» **Input data**:
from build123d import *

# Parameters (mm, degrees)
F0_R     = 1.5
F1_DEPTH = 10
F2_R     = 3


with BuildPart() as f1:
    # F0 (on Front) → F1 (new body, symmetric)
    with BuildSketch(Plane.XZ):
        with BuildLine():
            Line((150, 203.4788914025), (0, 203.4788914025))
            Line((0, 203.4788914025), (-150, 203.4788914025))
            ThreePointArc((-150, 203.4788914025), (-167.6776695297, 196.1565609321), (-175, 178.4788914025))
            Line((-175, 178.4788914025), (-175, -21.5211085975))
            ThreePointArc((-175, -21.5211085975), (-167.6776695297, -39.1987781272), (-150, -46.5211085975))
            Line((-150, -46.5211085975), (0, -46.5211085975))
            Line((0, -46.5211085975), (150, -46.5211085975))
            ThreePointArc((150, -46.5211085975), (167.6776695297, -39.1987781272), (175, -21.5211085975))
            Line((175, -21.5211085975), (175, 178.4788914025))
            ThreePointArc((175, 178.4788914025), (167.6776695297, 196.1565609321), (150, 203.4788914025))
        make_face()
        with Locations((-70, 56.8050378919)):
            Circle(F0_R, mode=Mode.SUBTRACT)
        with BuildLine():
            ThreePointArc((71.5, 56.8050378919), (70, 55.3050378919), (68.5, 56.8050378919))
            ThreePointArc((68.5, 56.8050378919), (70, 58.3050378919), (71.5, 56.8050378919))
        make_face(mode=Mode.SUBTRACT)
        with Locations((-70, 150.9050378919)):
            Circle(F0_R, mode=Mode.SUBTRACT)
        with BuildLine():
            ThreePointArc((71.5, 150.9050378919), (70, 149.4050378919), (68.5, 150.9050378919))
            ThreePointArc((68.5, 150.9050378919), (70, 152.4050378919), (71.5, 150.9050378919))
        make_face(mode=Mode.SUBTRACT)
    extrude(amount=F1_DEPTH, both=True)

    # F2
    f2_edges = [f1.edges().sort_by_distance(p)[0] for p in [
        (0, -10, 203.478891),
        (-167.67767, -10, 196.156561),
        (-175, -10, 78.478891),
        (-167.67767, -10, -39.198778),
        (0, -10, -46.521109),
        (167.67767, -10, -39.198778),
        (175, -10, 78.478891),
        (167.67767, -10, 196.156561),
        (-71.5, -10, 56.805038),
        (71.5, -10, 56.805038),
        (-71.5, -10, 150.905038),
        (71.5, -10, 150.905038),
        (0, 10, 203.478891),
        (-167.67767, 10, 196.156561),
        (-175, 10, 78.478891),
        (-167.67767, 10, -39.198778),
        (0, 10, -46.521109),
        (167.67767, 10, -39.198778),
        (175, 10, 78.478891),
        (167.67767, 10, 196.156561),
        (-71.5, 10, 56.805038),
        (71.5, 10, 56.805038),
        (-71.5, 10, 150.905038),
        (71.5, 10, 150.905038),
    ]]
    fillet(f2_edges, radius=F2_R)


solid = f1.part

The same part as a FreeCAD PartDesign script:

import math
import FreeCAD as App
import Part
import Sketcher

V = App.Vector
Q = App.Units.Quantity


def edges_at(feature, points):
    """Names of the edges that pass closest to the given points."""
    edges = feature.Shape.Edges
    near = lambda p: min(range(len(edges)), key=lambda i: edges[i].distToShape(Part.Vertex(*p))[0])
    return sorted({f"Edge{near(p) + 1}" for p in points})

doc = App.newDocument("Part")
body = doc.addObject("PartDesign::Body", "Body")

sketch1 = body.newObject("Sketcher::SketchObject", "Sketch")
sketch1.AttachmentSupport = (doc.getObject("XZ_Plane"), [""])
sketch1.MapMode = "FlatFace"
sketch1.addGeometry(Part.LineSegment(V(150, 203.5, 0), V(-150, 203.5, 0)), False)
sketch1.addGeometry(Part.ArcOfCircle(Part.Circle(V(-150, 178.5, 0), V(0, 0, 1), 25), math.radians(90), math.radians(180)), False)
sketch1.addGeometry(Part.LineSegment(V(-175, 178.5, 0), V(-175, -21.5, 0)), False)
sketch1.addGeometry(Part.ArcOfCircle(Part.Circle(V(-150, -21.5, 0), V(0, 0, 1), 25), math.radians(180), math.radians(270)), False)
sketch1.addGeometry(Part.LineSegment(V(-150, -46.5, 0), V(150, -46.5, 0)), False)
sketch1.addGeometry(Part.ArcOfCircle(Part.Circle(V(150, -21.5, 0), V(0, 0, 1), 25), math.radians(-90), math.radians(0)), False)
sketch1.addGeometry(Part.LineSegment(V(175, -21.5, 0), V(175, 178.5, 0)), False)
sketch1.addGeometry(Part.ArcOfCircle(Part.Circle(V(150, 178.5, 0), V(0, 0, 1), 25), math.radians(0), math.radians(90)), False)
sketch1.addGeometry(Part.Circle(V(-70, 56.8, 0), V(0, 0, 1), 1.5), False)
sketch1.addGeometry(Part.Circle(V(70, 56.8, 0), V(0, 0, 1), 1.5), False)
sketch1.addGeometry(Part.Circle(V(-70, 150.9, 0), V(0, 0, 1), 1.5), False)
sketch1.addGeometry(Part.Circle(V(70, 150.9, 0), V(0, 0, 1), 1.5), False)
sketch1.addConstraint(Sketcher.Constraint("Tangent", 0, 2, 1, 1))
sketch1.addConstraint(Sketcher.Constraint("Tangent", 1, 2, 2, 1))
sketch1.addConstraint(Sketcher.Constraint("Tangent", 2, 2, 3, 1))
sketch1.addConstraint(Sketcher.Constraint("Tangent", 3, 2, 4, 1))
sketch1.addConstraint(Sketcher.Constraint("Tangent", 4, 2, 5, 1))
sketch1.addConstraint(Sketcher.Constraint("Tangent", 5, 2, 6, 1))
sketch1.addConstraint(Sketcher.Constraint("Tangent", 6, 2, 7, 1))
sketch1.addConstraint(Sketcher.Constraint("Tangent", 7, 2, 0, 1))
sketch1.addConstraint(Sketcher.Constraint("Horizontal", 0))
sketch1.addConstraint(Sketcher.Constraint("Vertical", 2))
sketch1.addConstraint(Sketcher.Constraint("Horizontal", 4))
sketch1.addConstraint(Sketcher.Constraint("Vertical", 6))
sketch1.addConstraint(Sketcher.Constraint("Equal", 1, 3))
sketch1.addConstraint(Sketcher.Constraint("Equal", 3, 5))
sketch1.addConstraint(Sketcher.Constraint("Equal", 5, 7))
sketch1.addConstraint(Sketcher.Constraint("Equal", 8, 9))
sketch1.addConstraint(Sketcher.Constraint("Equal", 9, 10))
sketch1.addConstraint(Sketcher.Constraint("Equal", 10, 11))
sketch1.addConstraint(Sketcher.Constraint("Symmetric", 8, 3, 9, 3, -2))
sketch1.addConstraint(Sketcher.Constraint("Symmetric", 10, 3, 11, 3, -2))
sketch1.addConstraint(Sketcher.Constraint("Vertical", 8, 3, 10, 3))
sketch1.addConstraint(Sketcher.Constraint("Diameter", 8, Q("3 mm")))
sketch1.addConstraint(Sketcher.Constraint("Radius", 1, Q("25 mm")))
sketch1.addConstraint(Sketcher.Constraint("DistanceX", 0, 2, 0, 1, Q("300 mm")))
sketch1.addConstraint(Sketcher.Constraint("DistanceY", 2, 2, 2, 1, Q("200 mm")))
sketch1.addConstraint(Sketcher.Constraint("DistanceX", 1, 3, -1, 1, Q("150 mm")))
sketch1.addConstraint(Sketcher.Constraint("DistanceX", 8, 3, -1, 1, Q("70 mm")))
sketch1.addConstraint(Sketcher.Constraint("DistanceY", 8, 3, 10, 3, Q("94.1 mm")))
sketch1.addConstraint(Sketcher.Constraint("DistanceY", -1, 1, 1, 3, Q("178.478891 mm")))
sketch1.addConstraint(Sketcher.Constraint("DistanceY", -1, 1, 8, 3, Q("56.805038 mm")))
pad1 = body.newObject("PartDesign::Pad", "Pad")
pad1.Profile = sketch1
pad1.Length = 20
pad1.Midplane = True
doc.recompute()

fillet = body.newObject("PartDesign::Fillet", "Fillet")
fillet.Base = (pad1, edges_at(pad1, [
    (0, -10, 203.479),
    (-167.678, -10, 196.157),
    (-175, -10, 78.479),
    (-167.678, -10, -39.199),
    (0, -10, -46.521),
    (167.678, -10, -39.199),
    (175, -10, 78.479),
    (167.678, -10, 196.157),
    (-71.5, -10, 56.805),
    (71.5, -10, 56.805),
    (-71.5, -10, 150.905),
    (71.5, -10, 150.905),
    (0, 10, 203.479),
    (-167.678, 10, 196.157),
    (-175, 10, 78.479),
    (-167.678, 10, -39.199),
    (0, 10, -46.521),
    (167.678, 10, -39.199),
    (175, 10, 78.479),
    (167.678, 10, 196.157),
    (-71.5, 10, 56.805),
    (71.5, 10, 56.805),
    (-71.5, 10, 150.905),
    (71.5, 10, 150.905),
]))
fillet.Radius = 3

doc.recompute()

--

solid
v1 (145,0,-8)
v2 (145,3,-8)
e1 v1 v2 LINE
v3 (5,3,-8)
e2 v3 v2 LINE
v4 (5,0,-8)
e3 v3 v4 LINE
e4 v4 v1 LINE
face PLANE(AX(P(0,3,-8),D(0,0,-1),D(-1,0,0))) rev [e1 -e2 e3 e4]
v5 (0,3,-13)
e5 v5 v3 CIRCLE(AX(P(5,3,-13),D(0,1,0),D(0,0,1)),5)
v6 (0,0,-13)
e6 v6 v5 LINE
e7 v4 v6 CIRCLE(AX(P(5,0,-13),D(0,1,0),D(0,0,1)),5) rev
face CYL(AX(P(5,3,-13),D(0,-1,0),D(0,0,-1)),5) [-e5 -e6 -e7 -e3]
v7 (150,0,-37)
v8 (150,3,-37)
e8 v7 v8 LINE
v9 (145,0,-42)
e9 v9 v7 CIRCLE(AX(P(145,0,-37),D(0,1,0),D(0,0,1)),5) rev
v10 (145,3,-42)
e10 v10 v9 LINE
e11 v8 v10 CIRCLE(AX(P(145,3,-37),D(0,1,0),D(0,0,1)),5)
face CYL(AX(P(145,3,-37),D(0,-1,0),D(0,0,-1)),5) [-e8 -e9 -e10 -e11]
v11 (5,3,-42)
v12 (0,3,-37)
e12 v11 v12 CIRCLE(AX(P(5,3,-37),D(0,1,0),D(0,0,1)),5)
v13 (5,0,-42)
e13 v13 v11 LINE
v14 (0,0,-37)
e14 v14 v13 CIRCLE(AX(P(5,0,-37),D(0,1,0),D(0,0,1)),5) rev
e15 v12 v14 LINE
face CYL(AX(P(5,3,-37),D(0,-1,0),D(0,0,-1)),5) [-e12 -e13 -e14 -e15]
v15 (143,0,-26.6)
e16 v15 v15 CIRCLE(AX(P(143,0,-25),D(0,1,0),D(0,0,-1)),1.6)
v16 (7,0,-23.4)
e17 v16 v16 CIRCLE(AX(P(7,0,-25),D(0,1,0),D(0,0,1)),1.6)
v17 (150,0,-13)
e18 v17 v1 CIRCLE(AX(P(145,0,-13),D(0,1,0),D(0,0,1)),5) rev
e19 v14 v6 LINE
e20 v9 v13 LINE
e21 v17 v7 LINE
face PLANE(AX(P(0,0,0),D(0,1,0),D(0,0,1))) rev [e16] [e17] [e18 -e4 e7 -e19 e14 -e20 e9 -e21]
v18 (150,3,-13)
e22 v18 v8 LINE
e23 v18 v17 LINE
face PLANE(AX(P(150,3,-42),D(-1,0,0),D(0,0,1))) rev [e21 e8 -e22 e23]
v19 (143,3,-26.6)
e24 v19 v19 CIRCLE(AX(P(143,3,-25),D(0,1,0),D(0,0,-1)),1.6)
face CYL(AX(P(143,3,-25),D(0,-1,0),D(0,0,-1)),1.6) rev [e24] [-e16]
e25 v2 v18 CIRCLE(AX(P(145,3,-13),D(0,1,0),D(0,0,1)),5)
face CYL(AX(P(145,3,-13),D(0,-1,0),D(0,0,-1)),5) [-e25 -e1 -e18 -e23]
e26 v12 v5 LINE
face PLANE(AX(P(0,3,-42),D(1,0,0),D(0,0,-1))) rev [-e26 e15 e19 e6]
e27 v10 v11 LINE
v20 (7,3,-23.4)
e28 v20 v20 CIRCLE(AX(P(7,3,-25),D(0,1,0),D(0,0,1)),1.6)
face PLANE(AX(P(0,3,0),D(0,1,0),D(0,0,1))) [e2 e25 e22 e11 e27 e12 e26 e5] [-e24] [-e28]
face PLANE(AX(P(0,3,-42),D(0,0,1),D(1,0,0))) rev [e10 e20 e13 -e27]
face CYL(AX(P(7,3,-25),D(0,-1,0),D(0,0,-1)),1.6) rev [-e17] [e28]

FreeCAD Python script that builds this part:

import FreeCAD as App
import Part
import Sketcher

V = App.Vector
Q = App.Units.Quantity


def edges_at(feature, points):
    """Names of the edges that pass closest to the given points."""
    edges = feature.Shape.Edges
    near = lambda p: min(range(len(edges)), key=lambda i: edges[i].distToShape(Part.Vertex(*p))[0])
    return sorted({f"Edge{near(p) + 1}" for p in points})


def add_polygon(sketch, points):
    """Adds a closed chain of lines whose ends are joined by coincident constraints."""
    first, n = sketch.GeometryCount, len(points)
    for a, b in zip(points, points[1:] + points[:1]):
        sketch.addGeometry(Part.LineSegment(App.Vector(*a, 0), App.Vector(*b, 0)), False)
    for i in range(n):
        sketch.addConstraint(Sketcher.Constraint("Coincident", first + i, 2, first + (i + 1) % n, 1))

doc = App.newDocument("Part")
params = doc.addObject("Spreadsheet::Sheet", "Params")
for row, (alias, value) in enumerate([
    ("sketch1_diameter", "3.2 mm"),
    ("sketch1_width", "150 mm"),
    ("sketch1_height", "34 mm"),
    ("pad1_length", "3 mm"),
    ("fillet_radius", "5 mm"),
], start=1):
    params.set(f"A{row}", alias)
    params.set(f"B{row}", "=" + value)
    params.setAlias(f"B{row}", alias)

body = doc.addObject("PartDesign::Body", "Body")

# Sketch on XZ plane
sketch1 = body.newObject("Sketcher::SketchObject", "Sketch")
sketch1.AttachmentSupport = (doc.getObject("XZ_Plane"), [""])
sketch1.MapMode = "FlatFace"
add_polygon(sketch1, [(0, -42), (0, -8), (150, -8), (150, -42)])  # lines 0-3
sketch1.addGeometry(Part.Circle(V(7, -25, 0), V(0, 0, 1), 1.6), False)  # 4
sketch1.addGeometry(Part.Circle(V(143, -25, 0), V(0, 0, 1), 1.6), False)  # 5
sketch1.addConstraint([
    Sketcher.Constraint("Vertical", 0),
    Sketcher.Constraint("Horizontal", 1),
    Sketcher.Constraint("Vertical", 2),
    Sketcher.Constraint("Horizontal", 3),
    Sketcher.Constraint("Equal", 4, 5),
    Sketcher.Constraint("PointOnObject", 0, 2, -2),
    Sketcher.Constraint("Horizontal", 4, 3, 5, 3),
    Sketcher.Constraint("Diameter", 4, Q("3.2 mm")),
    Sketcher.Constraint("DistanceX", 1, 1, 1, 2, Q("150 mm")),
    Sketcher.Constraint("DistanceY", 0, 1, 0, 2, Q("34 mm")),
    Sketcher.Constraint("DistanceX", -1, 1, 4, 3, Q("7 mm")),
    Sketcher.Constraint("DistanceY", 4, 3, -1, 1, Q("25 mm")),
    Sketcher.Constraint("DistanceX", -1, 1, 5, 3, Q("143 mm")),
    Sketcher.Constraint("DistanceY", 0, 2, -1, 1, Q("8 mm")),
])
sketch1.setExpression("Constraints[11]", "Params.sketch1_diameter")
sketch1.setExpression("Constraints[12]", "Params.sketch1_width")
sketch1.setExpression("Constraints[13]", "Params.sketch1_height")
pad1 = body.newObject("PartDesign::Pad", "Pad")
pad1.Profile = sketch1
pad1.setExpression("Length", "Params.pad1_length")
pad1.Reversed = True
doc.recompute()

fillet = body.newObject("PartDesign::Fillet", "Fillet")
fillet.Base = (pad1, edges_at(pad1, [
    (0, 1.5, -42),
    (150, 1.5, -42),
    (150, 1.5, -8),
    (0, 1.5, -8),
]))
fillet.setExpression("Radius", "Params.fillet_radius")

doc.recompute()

» **Requirement**: Look at the records above. Copy every line where the string "with" occurs.

» **Response to this task**:
with BuildPart() as f1:
    with BuildSketch(Plane.XZ):
        with BuildLine():
        with Locations((-70, 56.8050378919)):
        with BuildLine():
        with Locations((-70, 150.9050378919)):
        with BuildLine():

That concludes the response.